Вот так, мотылек, стал я работать партизаном. А в плену пробыл целый год, с ноября
Чехи люди хорошие, в деревнях и накормят и укроют, многие жители были связными. Отряд у нас назывался «Липа», а командиром был Плахта. Почти тыща человек, чехи и русские. И словаки еще. Чехов всех больше.
Да-а, погуляли мы по тем лесам и горам, повоевали, мотылек, фрицы, поди, и в могилах поеживаются. Я подрывником был, а потом в разведке. Разок живого полковника мы в отряд приволокли, со всеми штабными документами. Он в легковушке ехал, мотоциклисты охраняли. И охрана не спасла. А сколько мостов подорвали, поездов с военной техникой и солдатами, про то фашисты лучше знают.
Отчаянным меня в отряде звали, говорили, что ничего не боюсь. Ну, это неправда: боялся, как не бояться. Только после лагеря я злее стал, да и фрицев маненько узнал. Ну, все равно кличка осталась, а Плахта разок поставил меня перед отрядом и говорит: расскажи партизанам, как ты страх преодолеваешь. А я не знаю как, молчу. «Вот, — подсказывает, — допустим, ты у моста, а там пулеметы замаскированы, часовые с автоматами. Что ты думаешь в это время?» — «Я, говорю, мотылек, в это время думаю, как бы к ним подобраться половчее, а то убьют». — «Но тебе ведь страшно?» — «Как же, говорю, не страшно, еще бы! Не страшно было бы, прямо попер, а я выжидаю, высматриваю». — «И страх у тебя проходит?» — «Нет, говорю, не проходит, только я об нем не думаю». — «Значит, ты его преодолел?» — «Нет, говорю, не преодолел, а спрятал подальше». Ну, весь отряд хохочет, и Плахта тоже. Да-а.
Плахта смелый был, мотылек, серьезный, зря на рожон не лез, но и не осторожничал. Зимой сорок пятого он решил сменить стоянку, и отходили мы открыто, мимо немецких патрулей — шли как чешская воинская часть с фронта на отдых. Одеты, конечно, честь честью, оружие тоже немецкое. В немецкой-то армии и чехи, словаки были, мотылек.

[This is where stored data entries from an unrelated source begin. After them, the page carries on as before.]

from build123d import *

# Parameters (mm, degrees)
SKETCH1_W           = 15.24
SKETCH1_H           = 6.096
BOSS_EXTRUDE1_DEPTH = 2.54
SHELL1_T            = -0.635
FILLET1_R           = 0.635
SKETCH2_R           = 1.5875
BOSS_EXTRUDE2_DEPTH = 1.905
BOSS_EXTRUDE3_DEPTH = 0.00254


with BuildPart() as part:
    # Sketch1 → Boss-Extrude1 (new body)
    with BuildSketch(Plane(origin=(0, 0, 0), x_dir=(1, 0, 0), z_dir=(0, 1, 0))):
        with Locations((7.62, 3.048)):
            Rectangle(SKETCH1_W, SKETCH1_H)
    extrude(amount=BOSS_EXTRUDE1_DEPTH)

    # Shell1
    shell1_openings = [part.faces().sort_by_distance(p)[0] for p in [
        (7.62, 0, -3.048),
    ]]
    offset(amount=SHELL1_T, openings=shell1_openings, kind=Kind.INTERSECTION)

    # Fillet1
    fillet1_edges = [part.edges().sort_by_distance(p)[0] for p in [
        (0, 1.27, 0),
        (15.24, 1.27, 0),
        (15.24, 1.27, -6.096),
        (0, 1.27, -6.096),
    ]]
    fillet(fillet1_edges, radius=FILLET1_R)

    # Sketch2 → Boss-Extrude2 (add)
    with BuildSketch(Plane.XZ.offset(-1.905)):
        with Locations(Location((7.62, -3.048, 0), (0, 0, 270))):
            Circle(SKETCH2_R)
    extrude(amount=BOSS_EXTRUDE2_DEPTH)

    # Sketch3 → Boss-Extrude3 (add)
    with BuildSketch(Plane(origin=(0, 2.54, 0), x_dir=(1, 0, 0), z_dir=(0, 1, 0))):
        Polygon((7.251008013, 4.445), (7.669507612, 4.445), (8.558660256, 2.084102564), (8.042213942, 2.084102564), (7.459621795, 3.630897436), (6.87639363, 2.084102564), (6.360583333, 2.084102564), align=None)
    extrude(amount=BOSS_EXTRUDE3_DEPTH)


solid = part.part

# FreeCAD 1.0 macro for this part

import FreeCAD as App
import Part
import Sketcher
from FreeCAD import Vector
Q = App.Units.Quantity


def edges_at(feature, points):
    """Names of the edges that pass closest to the given points."""
    edges = feature.Shape.Edges
    near = lambda p: min(range(len(edges)), key=lambda i: edges[i].distToShape(Part.Vertex(*p))[0])
    return sorted({f"Edge{near(p) + 1}" for p in points})


def faces_at(feature, points):
    """Names of the faces that lie closest to the given points."""
    faces = feature.Shape.Faces
    near = lambda p: min(range(len(faces)), key=lambda i: faces[i].distToShape(Part.Vertex(*p))[0])
    return sorted({f"Face{near(p) + 1}" for p in points})

doc = App.newDocument("Part")
params = doc.addObject("Spreadsheet::Sheet", "Params")
for row, (alias, value) in enumerate([
    ("sketch1_width", "0.6 in"),
    ("sketch1_height", "0.24 in"),
    ("pad1_length", "0.1 in"),
    ("thickness_wall", "0.025 in"),
    ("fillet_radius", "0.025 in"),
    ("sketch2_diameter", "0.125 in"),
    ("pad2_length", "0.075 in"),
    ("pad3_length", "0.0001 in"),
], start=1):
    params.set(f"A{row}", alias)
    params.set(f"B{row}", "=" + value)
    params.setAlias(f"B{row}", alias)

body = doc.addObject("PartDesign::Body", "Body")

# Sketch on XZ plane
sketch1 = body.newObject("Sketcher::SketchObject", "Sketch")
sketch1.AttachmentSupport = (doc.getObject("XZ_Plane"), [""])
sketch1.MapMode = "FlatFace"
sketch1.addGeometry([
    Part.LineSegment(Vector(0, -6.096, 0), Vector(0, 0, 0)),
    Part.LineSegment(Vector(0, 0, 0), Vector(15.24, 0, 0)),
    Part.LineSegment(Vector(15.24, 0, 0), Vector(15.24, -6.096, 0)),
    Part.LineSegment(Vector(15.24, -6.096, 0), Vector(0, -6.096, 0)),
], False)
sketch1.addConstraint([
    Sketcher.Constraint("Coincident", 0, 2, 1, 1),
    Sketcher.Constraint("Coincident", 1, 2, 2, 1),
    Sketcher.Constraint("Coincident", 2, 2, 3, 1),
    Sketcher.Constraint("Coincident", 3, 2, 0, 1),
    Sketcher.Constraint("Vertical", 0),
    Sketcher.Constraint("Horizontal", 1),
    Sketcher.Constraint("Vertical", 2),
    Sketcher.Constraint("Horizontal", 3),
    Sketcher.Constraint("Coincident", 0, 2, -1, 1),
    Sketcher.Constraint("DistanceX", 1, 1, 1, 2, Q("0.6 in")),
    Sketcher.Constraint("DistanceY", 0, 1, 0, 2, Q("0.24 in")),
])
sketch1.setExpression("Constraints[9]", "Params.sketch1_width")
sketch1.setExpression("Constraints[10]", "Params.sketch1_height")
pad1 = body.newObject("PartDesign::Pad", "Pad")
pad1.Profile = sketch1
pad1.setExpression("Length", "Params.pad1_length")
pad1.Reversed = True
doc.recompute()

thickness = body.newObject("PartDesign::Thickness", "Thickness")
thickness.Base = (pad1, faces_at(pad1, [(7.62, 0, -3.048)]))
thickness.setExpression("Value", "Params.thickness_wall")
thickness.Reversed = True
thickness.Join = "Intersection"
doc.recompute()

fillet = body.newObject("PartDesign::Fillet", "Fillet")
fillet.Base = (thickness, edges_at(thickness, [
    (0, 1.27, 0),
    (15.24, 1.27, 0),
    (15.24, 1.27, -6.096),
    (0, 1.27, -6.096),
]))
fillet.setExpression("Radius", "Params.fillet_radius")

# Sketch on XZ plane
sketch2 = body.newObject("Sketcher::SketchObject", "Sketch001")
sketch2.AttachmentSupport = (doc.getObject("XZ_Plane"), [""])
sketch2.MapMode = "FlatFace"
sketch2.AttachmentOffset = App.Placement(Vector(0, 0, -0.075 * 25.4), App.Rotation())
sketch2.addGeometry(Part.Circle(Vector(7.62, -3.048, 0), Vector(0, 0, 1), 1.5875), False)
sketch2.addConstraint([
    Sketcher.Constraint("Diameter", 0, Q("0.125 in")),
    Sketcher.Constraint("DistanceX", -1, 1, 0, 3, Q("0.3 in")),
    Sketcher.Constraint("DistanceY", 0, 3, -1, 1, Q("0.12 in")),
])
sketch2.setExpression("Constraints[0]", "Params.sketch2_diameter")
pad2 = body.newObject("PartDesign::Pad", "Pad001")
pad2.Profile = sketch2
pad2.setExpression("Length", "Params.pad2_length")

# Sketch on XZ plane
sketch3 = body.newObject("Sketcher::SketchObject", "Sketch002")
sketch3.AttachmentSupport = (doc.getObject("XZ_Plane"), [""])
sketch3.MapMode = "FlatFace"
sketch3.AttachmentOffset = App.Placement(Vector(0, 0, -0.1 * 25.4), App.Rotation())
sketch3.addGeometry([
    Part.LineSegment(Vector(7.669508, -4.445, 0), Vector(7.251008, -4.445, 0)),  # 0
    Part.LineSegment(Vector(7.251008, -4.445, 0), Vector(6.360583, -2.084103, 0)),  # 1
    Part.LineSegment(Vector(6.360583, -2.084103, 0), Vector(6.876394, -2.084103, 0)),  # 2
    Part.LineSegment(Vector(6.876394, -2.084103, 0), Vector(7.459622, -3.630897, 0)),  # 3
    Part.LineSegment(Vector(7.459622, -3.630897, 0), Vector(8.042214, -2.084103, 0)),  # 4
    Part.LineSegment(Vector(8.042214, -2.084103, 0), Vector(8.55866, -2.084103, 0)),  # 5
    Part.LineSegment(Vector(8.55866, -2.084103, 0), Vector(7.669508, -4.445, 0)),  # 6
], False)
sketch3.addConstraint([
    Sketcher.Constraint("Coincident", 0, 2, 1, 1),
    Sketcher.Constraint("Coincident", 1, 2, 2, 1),
    Sketcher.Constraint("Coincident", 2, 2, 3, 1),
    Sketcher.Constraint("Coincident", 3, 2, 4, 1),
    Sketcher.Constraint("Coincident", 4, 2, 5, 1),
    Sketcher.Constraint("Coincident", 5, 2, 6, 1),
    Sketcher.Constraint("Coincident", 6, 2, 0, 1),
    Sketcher.Constraint("Horizontal", 0),
    Sketcher.Constraint("Horizontal", 2),
    Sketcher.Constraint("Horizontal", 5),
    Sketcher.Constraint("Horizontal", 2, 2, 4, 2),
    Sketcher.Constraint("DistanceY", 0, 2, -1, 1, Q("0.175 in")),
    Sketcher.Constraint("DistanceX", 0, 2, 0, 1, 0.4185),
    Sketcher.Constraint("DistanceX", 2, 1, 2, 2, 0.51581),
    Sketcher.Constraint("Distance", 1, 2.523231),
    Sketcher.Constraint("DistanceX", 5, 1, 5, 2, 0.516446),
    Sketcher.Constraint("DistanceX", -1, 1, 0, 2, 7.251008),
    Sketcher.Constraint("DistanceX", -1, 1, 3, 2, 7.459622),
    Sketcher.Constraint("DistanceX", -1, 1, 5, 2, 8.55866),
    Sketcher.Constraint("DistanceX", 2, 2, 3, 2, 0.583228),
    Sketcher.Constraint("Distance", 3, 1.653097),
])
pad3 = body.newObject("PartDesign::Pad", "Pad002")
pad3.Profile = sketch3
pad3.setExpression("Length", "Params.pad3_length")
pad3.Reversed = True

doc.recompute()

Фронт тогда уж недалеко шел, на новом месте нам не повезло — окружили немцы и власовцы. Вырвались не знаю как, при отходе меня ранили и опять взяли в плен. Доставили к офицеру: выдавай, мотылек, партизан — сколько людей, оружия, боеприпасов, где базы, какая связь и другое разное. Допрашивают, а тут — наши «Илы» стаей. Расколошматили их крепко. Меня — в грузовик, трясли часа два, привезли в какой-то городишко. Я избитый, от раны ослаб, сознание мутится. Тут снова мне повезло — опять бомбежка. Фронт-то близко. Шофер отнес меня в сарай и бросил в солому. А там, мотылек, раненые власовцы лежали. После налета пришел врач с санитарами, перевязку сделал, подумал, видать, что я тоже власовец, в хорошую палату поместил и операцию сделал. Тут вышла у меня незадача. Когда просыпался я после операции, то проговорился, что партизан. А может, шофер сказал или офицер, меня и бросили, голого, опять в солому. До вечера лежал, вечером пришел фриц с автоматом, а с ним ялдаш. Ну, нацмен, значит, переводчик. Одели, повезли куда-то, да не довезли. У первого перекрестка нас остановили, подбегает солдат, шумит: «Русиш панцирен!» — танки, значит, наши прорвались и идут сюда.
Ну, долго рассказывать, мотылек, а только на другой день во время налета убег я. Правда, мало побыл на воле, слабый, уйти далеко сил не хватило, сцапали на другой же день. И очутился я в городе Ротенберг, в лагере. Как остался живой, не знаю. Там были разные нации, а освобождали нас американцы. Я плохой был, мотылек, память отшибли, забыл и Воробушки, и Катеньку с ребятишками. Потом всех русских отделили, передали нашим, и очутился я в Праге, в госпитале. Ты вот, Катенька, ругалась и сейчас не веришь, зачем я тебе письмо не прислал, а я забыл про все мирное. Меня спрашивают, откуда да что, а я не знаю.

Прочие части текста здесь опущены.